Partager

Renversé cruellement par un chauffard de SOTRAMA, le vieux Bonipé Coulibaly a été doublement victime d’un accident qui a entraîné sa retraite anticipé, car après le jugement rendu le 21 septembre 1990 et ayant ordonné le versement, à son compte, de dommages et intérêts, son avocat, Me Issa Coulibaly, a tout simplement disparu de la circulation. A ce jour, ses confrères que nous avons contactés n’ont aucune information le concernant.
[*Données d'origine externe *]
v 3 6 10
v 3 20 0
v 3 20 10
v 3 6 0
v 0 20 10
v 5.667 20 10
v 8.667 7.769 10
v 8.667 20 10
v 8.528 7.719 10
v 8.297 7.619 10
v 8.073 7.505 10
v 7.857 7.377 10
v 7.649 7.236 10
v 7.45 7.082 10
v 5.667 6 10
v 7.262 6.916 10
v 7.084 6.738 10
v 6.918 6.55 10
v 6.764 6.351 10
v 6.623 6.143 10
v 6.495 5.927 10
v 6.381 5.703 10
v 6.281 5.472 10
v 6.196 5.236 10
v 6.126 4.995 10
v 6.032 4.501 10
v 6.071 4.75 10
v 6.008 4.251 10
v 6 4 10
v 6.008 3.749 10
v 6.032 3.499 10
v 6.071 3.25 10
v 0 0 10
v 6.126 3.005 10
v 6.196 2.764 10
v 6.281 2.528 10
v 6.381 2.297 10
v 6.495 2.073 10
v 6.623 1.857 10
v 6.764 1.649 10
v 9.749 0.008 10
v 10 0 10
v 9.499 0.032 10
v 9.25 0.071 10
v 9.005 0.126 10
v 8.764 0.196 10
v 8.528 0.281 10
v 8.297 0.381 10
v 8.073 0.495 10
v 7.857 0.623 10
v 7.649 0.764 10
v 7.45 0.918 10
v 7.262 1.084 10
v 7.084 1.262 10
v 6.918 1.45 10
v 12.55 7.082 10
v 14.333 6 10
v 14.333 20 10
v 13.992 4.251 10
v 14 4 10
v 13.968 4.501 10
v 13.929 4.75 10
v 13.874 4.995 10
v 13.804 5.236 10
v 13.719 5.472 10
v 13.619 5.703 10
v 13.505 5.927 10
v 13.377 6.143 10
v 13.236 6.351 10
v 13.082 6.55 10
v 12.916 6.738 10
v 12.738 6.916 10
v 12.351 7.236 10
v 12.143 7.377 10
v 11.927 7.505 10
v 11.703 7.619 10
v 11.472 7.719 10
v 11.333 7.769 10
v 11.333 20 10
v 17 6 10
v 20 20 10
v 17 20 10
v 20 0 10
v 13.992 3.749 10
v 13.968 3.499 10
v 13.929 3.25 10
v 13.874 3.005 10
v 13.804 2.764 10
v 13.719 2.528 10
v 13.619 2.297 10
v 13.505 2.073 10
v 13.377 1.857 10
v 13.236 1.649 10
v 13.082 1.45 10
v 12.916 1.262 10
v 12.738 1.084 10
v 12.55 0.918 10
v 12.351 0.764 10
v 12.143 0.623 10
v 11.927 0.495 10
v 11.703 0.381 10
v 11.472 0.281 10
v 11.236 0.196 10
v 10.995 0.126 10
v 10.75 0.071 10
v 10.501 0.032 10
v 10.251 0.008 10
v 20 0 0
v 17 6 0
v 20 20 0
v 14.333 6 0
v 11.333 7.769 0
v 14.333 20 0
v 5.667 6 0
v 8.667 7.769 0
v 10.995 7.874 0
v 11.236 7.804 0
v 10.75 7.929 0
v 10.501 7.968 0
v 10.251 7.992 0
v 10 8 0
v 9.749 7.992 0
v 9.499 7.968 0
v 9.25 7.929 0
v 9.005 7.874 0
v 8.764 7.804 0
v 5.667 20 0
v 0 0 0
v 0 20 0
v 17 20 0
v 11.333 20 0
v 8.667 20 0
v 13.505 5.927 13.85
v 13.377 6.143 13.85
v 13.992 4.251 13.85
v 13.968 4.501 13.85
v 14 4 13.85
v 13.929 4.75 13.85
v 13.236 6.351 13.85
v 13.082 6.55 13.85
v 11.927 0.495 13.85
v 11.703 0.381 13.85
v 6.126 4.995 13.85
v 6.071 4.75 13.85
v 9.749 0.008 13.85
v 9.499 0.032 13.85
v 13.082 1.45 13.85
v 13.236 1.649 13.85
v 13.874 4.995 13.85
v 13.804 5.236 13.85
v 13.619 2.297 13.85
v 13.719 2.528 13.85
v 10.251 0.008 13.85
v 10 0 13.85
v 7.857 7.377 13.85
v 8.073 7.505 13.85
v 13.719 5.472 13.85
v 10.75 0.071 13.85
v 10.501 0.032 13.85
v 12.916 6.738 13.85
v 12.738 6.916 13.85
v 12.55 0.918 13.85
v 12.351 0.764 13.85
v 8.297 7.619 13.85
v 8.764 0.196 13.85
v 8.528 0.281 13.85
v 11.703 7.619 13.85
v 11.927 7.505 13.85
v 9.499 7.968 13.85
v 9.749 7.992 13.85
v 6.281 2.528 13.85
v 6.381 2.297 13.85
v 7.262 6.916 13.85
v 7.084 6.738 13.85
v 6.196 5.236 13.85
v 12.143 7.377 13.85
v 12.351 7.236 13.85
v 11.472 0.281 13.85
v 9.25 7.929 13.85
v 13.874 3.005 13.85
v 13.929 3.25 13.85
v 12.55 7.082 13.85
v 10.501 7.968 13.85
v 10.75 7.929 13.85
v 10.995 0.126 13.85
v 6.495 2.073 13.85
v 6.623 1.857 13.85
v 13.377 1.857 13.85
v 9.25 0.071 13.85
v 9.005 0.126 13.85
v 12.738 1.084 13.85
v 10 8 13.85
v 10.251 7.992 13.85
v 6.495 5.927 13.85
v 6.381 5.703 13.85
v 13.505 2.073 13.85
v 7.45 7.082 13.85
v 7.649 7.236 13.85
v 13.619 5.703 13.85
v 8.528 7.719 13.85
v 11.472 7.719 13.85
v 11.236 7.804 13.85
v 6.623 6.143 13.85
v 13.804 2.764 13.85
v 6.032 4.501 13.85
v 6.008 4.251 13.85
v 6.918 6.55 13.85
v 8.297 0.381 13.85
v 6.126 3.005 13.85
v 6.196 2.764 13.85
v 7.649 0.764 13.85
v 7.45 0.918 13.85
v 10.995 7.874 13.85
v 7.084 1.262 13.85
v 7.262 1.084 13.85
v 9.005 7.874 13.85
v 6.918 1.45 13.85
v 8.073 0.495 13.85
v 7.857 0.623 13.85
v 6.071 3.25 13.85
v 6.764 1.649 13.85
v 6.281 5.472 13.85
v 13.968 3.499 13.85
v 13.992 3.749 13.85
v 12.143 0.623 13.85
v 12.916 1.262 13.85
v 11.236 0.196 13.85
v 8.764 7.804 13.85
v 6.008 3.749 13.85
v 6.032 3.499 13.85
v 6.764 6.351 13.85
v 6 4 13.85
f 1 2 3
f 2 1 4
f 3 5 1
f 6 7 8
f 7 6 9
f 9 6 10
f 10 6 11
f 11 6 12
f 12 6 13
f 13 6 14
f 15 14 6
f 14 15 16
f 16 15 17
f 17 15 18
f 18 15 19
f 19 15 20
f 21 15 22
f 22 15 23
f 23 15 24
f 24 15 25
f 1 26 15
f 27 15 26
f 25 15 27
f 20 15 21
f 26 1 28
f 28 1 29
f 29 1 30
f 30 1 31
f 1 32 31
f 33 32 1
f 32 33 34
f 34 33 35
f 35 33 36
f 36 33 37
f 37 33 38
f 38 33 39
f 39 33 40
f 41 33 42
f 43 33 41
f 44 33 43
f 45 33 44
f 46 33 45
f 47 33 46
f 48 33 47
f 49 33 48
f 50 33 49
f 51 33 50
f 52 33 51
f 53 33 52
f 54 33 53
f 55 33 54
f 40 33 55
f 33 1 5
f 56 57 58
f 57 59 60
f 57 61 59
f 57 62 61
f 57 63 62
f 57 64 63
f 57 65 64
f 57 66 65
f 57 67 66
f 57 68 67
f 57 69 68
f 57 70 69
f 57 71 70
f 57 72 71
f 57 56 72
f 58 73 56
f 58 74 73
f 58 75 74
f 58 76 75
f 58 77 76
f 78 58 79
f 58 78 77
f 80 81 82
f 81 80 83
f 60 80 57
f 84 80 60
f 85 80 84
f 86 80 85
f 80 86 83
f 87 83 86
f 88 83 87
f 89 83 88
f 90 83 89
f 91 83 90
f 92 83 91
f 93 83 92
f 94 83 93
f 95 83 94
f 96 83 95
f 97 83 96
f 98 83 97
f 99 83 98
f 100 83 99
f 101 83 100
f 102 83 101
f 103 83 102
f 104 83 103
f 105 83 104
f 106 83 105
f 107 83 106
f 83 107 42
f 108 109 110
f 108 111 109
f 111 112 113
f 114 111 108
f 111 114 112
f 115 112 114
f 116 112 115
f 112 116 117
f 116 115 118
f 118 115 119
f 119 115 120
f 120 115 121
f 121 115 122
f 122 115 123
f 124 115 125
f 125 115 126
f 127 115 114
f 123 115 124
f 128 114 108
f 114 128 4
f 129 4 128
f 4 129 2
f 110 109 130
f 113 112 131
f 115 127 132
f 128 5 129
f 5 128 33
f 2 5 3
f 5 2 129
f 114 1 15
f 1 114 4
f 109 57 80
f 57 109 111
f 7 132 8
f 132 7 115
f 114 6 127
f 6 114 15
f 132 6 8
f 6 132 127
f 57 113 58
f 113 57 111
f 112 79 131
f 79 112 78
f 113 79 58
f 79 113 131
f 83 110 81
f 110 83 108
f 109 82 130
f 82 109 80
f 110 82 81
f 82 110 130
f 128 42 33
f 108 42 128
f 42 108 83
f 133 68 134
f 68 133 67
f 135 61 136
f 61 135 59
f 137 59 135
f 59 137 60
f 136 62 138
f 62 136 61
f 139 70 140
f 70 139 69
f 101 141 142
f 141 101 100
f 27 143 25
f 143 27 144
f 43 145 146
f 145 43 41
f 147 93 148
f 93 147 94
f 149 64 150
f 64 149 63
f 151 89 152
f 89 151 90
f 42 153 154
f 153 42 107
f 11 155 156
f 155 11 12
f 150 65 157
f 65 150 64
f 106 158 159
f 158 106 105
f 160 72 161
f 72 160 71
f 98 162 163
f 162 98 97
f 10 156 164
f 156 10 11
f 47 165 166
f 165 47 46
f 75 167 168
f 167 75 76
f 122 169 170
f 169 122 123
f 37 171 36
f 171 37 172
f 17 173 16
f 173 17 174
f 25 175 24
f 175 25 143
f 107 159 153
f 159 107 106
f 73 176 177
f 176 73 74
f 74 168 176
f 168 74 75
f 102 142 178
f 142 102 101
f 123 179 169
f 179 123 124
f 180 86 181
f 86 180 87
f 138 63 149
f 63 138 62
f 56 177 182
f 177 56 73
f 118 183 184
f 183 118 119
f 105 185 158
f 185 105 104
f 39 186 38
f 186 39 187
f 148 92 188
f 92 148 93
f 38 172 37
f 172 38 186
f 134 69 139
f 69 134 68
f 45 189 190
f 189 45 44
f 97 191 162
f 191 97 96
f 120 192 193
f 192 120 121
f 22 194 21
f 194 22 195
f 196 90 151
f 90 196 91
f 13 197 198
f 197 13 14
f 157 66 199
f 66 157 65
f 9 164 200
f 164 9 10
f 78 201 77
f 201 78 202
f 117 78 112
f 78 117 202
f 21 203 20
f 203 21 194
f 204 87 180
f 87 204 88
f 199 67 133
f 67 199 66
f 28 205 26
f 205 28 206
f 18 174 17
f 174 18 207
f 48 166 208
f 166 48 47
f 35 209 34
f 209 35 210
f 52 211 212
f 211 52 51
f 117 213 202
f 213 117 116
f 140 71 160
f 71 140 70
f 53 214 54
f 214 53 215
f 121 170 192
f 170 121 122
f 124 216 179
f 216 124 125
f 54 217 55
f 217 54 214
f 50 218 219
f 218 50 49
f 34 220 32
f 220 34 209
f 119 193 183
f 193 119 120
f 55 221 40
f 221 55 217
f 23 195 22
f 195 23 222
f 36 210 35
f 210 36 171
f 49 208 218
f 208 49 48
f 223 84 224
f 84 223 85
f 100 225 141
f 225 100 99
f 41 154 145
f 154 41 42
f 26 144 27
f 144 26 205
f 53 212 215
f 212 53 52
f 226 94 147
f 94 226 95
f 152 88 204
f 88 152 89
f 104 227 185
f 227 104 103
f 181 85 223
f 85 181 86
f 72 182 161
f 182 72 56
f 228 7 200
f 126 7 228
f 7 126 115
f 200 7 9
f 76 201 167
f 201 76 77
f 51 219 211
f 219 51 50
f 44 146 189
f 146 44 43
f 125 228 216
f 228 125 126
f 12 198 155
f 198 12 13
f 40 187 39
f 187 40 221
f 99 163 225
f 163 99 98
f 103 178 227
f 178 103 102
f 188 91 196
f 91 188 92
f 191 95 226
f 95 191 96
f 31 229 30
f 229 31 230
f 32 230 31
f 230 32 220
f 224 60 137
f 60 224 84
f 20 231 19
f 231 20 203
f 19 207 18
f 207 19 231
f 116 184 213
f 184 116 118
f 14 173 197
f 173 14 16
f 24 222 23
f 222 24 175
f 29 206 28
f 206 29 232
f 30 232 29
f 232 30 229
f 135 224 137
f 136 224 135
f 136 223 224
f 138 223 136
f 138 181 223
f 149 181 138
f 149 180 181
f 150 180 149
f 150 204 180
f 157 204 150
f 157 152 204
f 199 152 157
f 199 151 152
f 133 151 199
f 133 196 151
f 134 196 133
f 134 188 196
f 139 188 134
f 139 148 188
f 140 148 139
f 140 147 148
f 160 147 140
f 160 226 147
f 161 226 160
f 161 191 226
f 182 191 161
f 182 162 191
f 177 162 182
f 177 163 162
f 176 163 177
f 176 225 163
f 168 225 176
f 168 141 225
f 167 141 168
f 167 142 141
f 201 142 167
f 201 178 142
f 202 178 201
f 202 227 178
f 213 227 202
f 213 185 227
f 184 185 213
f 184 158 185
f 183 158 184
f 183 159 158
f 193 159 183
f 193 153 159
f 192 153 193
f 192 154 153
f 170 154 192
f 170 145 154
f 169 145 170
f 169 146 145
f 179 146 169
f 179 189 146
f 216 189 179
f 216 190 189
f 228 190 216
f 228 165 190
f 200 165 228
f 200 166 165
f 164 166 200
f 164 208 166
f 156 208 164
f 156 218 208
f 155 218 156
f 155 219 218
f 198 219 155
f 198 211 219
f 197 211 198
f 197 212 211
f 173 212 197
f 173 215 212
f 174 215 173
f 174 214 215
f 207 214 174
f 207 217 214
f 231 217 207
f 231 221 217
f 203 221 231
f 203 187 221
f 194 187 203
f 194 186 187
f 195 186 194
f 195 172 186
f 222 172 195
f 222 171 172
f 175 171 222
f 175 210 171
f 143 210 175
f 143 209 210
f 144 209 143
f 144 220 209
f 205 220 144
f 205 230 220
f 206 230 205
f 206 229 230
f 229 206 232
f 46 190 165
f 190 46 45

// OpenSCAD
include <lib/dogs.scad>

dog(dogblock, type="small", hole=false);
Et les démarches entreprises par le vieux auprès de Me Hamidou Diabaté et d’IBK (respectivement ministre de la justice et Premier ministre d’alors) ne lui auront pas permis de rentrer dans ses droits.

Au sein du Barreau malien, il y a des avocats qui n’hésitent pas à fouler aux pieds et la morale et l’éthique de leur profession. Me Issa Coulibaly en serait-il un ? Tout porte à le croire, car les témoins du procès du 21 septembre 1990 restent stupéfaits après son forfait perpétré contre un vieux sans défense de 73 ans.

Un matin de l’année 1990, un chauffeur « fou » de SOTRAMA renversa brutalement un vieil entrepreneur répondant au nom de Bonipé Coulibaly, alors qu’il se rendait à son lieu de travail. Grièvement blessé, il s’en sortira, mais avec quatre fractures au bras, un pied et des dents cassés.

La gravité de ses blessures ne lui permettra pas de veiller à la conduite de se trois chantiers dont il avait obtenu le marché d’exécution. La retraite anticipée et forcée devient alors obligatoire pour le vieil homme pourtant dévoué au travail. L’affaire est donc portée devant les tribunaux.

A l’issue du jugement du 21 septembre 1990, le vieux Bonipé Coulibaly obtint gain de cause. Le chauffeur de SOTRAMA, à travers son assureur (assurance « Sabu Nyuma », sera condamné au paiement de 3,5 millions de francs CFA au compte de la victime, en guise de dommages et intérêts. Malheureusement, Bonipé Coulibaly, disparaîtra plus tard dans la nature avec tout l’argent.

Depuis lors, impossible, pour le vieux Coulibaly, d’obtenir la moindre information concernant l’indélicat avocat, en dépit de ses aller et venues entre son domicile conjugal et son cabinet, en passant par ses confrères.

Dépité et désabusé par cette situation, le vieil entrepreneur décide alors de saisir les autorités compétentes. C’est ainsi qu’il rencontrera successivement le ministre de la justice (en son temps Me Hamidou Diabaté), le Premier ministre d’alors, Ibrahim Boubacar Keïta, et finalement le procureur général de la Cour d’Appel de Bamako. Malgré tout cela, le vieux Bonipé Coulibaly n’aura reçu…que des promesses tenues, sans pour autant être remis dans ses droits. C’est dire vingt ans après son accident, la victime court toujours après son dû.

Pire, les nombreuses blessures subies par le vieux Coulibaly lui ont exigé, chez son médecin traitant, la prescription d’une piqûre dont le montant est de 10 000 francs CFA chaque mois. N’ayant plus la force de travailler, compte tenu de son âge très avancé, le vieux Bonipé Coulibaly se confie aujourd’hui aux personnes de bonne volonté. Au moment où nous l’avons rencontré, il nous a expliqué que le parti SADI, à travers son député Oumar Mariko, s’est engagé à prendre en charge son traitement médical.

Quant à l’avocat fuyard, Me Issa Coulibaly, aucune piste ne nous a encore permis d’entrer en contact avec lui. Le cabinet où il travaillait a changé d’adresse, et ses confrères du Barreau que nous avons contactés affirment n’être en possession de la moindre information e concernant. Alors questions : Où Me Issa Coulibaly peut-il se trouver en ce moment ?Aurait-il disparu à cause des 3,5 millions du vieux Bonipé ? A-t-il commis d’autres gaffes qu’il ne pourra pas assumer ? Figurerait-il parmi les avocats indélicats récemment renvoyés du Barreau malien ?

Joint dans la matinée d’hier par nos soins, le bâtonnier de l’ordre des avocats du Mali, Me Seydou Ibrahim Maïga, a expliqué qu’il ne peut nous aider. « Je ne suis pas secrétaire ; je suis le bâtonnier. Je ne peux faire quelque chose pour vous », nous a-t-il sèchement répondu. Comme si dans l’affaire Me Issa Coulibaly, on cache un grand malaise. Affaire à suivre donc…

Issa Fakaba Sissoko

L’Indicateur du Renouveau du 07 Juillet 2010.